The internet is a stupendously valuable tool. It can bring inspiring, diligent and creative reporting and commentary into every home. But it will not do so by obliging consumers to accept the shoddy, propagandist ranting some categorise as citizen-journalism and less credulous critics recognise as a deplorable reversion to the days when news was always deployed as a political weapon and only occasionally reported, explained and analysed.
Never mind that Johnston Press is primarily interested in profit. It is no more a commercial entity than the Washington Post was at the time of Watergate or the Sunday Times when it exposed the scandal of thalidomide. Johnston is leading a change that must happen. People who care about democracy must hope it happens fast. European nations have not attempted political freedom without well-funded, intelligent journalism, but we can assume that it would not be pretty. When accurate reporting dies it is usually replaced by gossip, prejudice and bigotry.

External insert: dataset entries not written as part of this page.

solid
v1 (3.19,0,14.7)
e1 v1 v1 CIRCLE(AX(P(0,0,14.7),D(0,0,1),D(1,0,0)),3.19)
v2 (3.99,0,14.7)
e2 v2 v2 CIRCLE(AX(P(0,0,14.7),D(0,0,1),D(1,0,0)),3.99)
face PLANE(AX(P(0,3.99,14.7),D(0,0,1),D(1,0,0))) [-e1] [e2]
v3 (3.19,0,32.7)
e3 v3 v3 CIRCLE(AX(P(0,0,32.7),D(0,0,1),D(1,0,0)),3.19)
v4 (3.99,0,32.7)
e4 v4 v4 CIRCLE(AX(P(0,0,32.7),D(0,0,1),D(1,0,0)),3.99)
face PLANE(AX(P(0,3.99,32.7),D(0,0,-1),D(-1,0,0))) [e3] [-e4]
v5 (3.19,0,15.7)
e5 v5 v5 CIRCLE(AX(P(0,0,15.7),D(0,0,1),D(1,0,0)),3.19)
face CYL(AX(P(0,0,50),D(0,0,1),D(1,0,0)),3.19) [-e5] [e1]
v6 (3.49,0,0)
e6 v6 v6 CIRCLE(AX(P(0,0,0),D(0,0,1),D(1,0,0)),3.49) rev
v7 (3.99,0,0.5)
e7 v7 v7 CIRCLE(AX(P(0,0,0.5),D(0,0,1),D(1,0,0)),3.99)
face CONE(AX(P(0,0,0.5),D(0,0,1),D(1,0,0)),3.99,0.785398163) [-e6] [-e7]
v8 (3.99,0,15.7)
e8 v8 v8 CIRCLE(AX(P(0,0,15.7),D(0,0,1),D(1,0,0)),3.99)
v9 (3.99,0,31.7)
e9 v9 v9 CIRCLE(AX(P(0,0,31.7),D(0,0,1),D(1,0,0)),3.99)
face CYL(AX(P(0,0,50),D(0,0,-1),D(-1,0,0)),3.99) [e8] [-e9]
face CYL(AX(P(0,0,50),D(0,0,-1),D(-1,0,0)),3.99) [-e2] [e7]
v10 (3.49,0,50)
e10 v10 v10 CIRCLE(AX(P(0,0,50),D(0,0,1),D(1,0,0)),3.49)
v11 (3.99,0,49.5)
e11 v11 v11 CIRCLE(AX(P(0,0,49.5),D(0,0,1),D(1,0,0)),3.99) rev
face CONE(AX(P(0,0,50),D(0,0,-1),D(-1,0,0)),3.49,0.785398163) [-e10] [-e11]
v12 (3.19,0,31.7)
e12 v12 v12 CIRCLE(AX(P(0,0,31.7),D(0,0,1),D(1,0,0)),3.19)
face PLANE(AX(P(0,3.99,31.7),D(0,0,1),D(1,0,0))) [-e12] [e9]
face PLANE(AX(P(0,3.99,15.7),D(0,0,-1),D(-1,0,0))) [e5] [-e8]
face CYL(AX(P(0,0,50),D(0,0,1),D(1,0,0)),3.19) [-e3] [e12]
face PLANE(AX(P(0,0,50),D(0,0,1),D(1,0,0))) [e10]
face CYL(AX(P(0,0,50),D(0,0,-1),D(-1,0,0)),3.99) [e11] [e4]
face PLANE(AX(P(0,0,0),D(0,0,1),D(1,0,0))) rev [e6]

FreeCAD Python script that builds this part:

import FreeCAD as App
import Part
import Sketcher
from FreeCAD import Vector
Q = App.Units.Quantity


def edges_at(feature, points):
    """Names of the edges that pass closest to the given points."""
    edges = feature.Shape.Edges
    near = lambda p: min(range(len(edges)), key=lambda i: edges[i].distToShape(Part.Vertex(*p))[0])
    return sorted({f"Edge{near(p) + 1}" for p in points})


def add_polygon(sketch, points):
    """Adds a closed chain of lines whose ends are joined by coincident constraints."""
    first, n = sketch.GeometryCount, len(points)
    for a, b in zip(points, points[1:] + points[:1]):
        sketch.addGeometry(Part.LineSegment(App.Vector(*a, 0), App.Vector(*b, 0)), False)
    for i in range(n):
        sketch.addConstraint(Sketcher.Constraint("Coincident", first + i, 2, first + (i + 1) % n, 1))

doc = App.newDocument("Part")
body = doc.addObject("PartDesign::Body", "Body")

# Sketch on XY plane
sketch1 = doc.addObject("Sketcher::SketchObject", "Sketch")
body.addObject(sketch1)
sketch1.AttachmentSupport = (doc.XY_Plane, [""])
sketch1.MapMode = "FlatFace"
sketch1.addGeometry(Part.Circle(Vector(0, 0, 0), Vector(0, 0, 1), 4), False)
sketch1.addConstraint(Sketcher.Constraint("Coincident", 0, 3, -1, 1))
sketch1.addConstraint(Sketcher.Constraint("Diameter", 0, Q("7.98 mm")))
pad1 = doc.addObject("PartDesign::Pad", "Pad")
body.addObject(pad1)
pad1.Profile = sketch1
pad1.Length = 50

# Sketch on YZ plane
sketch2 = doc.addObject("Sketcher::SketchObject", "Sketch001")
body.addObject(sketch2)
sketch2.AttachmentSupport = (doc.YZ_Plane, [""])
sketch2.MapMode = "FlatFace"
add_polygon(sketch2, [(4, 15.7), (3.2, 15.7), (3.2, 14.7), (4, 14.7)])  # lines 0-3
add_polygon(sketch2, [(4, 32.7), (3.2, 32.7), (3.2, 31.7), (4, 31.7)])  # lines 4-7
sketch2.addConstraint(Sketcher.Constraint("Horizontal", 0))
sketch2.addConstraint(Sketcher.Constraint("Vertical", 1))
sketch2.addConstraint(Sketcher.Constraint("Horizontal", 2))
sketch2.addConstraint(Sketcher.Constraint("Vertical", 3))
sketch2.addConstraint(Sketcher.Constraint("Horizontal", 4))
sketch2.addConstraint(Sketcher.Constraint("Vertical", 5))
sketch2.addConstraint(Sketcher.Constraint("Horizontal", 6))
sketch2.addConstraint(Sketcher.Constraint("Vertical", 7))
sketch2.addConstraint(Sketcher.Constraint("Vertical", 1, 2, 4, 2))
sketch2.addConstraint(Sketcher.Constraint("Vertical", 3, 2, 6, 2))
sketch2.addConstraint(Sketcher.Constraint("Equal", 3, 5))
sketch2.addConstraint(Sketcher.Constraint("DistanceY", 1, 2, 1, 1, Q("1 mm")))
sketch2.addConstraint(Sketcher.Constraint("DistanceX", 0, 2, 0, 1, Q("0.8 mm")))
sketch2.addConstraint(Sketcher.Constraint("DistanceY", 0, 2, 4, 2, Q("17 mm")))
sketch2.addConstraint(Sketcher.Constraint("DistanceY", -1, 1, 0, 2, Q("15.7 mm")))
sketch2.addConstraint(Sketcher.Constraint("DistanceX", -1, 1, 0, 2, Q("3.19 mm")))
groove = doc.addObject("PartDesign::Groove", "Groove")
body.addObject(groove)
groove.Profile = sketch2
groove.ReferenceAxis = (sketch2, ["V_Axis"])
groove.Angle = 360
doc.recompute()

chamfer = doc.addObject("PartDesign::Chamfer", "Chamfer")
body.addObject(chamfer)
chamfer.Base = (groove, edges_at(groove, [(-3.99, 0, 0), (-3.99, 0, 50)]))
chamfer.Size = 0.5

doc.recompute()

The same thing happened to my old paper when we first tried charging for online content. But, let's face it. That was then. The reason I expect it to work this time is that everyone will be obliged to do it. There will be no choice of pay here or read it there for free. The choice will be pay or don't read it at all. Johnston Press alone will not change the world, but when Rupert Murdoch persuades aggregators to pay for News Corp content the Guardian will be the first to follow suit. After all, it is losing £100,000 pounds a day by not charging and one reader who pays is worth infinitely more than 30 million who do not. The future is bright. The internet is new and nobody properly understands it, but the rules of commerce are ancient and we have a pretty clear grasp of how they work.
In articles about News Corp's plans to charge they always make clear that the Guardian won't charge, eg. "The Guardian, have said that their websites are likely to remain free of charge". Do you know something we don't, Tim?
Don't know if you ever read Jeff Jarvis, John - but I thought you might find this blog post interesting. It mentions Rusbridger. Ignore me if you've already read it.
Here's something Jarvis said half an hour ago: "Yes, I got to say on Murdoch's air (SkyNews) that Murdoch's pay plan won't work & I wasn't shot."
I wish I could share your optimism that JP's experiment will end in anything other than disappointment for John Fry and the rest of the industry watching hopefully from sidelines.
But it's not some misguided passion for the democracy of the free internet that makes me so concerned that the Paywall As Saviour is a chimera. It's a bleaker expectation of human and commercial behaviour.
At Press Gazette, as the dotcom boom turned to bust, our initial instinct was indeed to reinforce our online paywall to protect the fruits of our diligent journalism for those subscribers who were prepared to pay for it. But I remember the feeling of weekly helplessness as all those pages of print exclusives hit the newsstands and were instantly shared - in essence, if no great depth - for the non-paying masses by a slew of new, free online services. One of them - that fearless defender of quality journalism, the MediaGuardian - even used the gleeful tagline: 'We read Press Gazette so you don't have to.'
Such is the nature of competition, and neither the Johnston Press weeklies nor The Times will be immune to it.
Similarly, I don't believe that the reason that any reader stops buying newspaper X is not purely because Newspaper X is giving away its content online for nothing. It's because those extra things that only Newspaper X supplied - TV listings, horoscopes, lively debate - are now available in so many other places.
The monopolies that newspaper publishers were once able to defend have disappeared. Setting a few toll booths forlornly bobbing about in an ocean of information and comment isn't going to reverse that.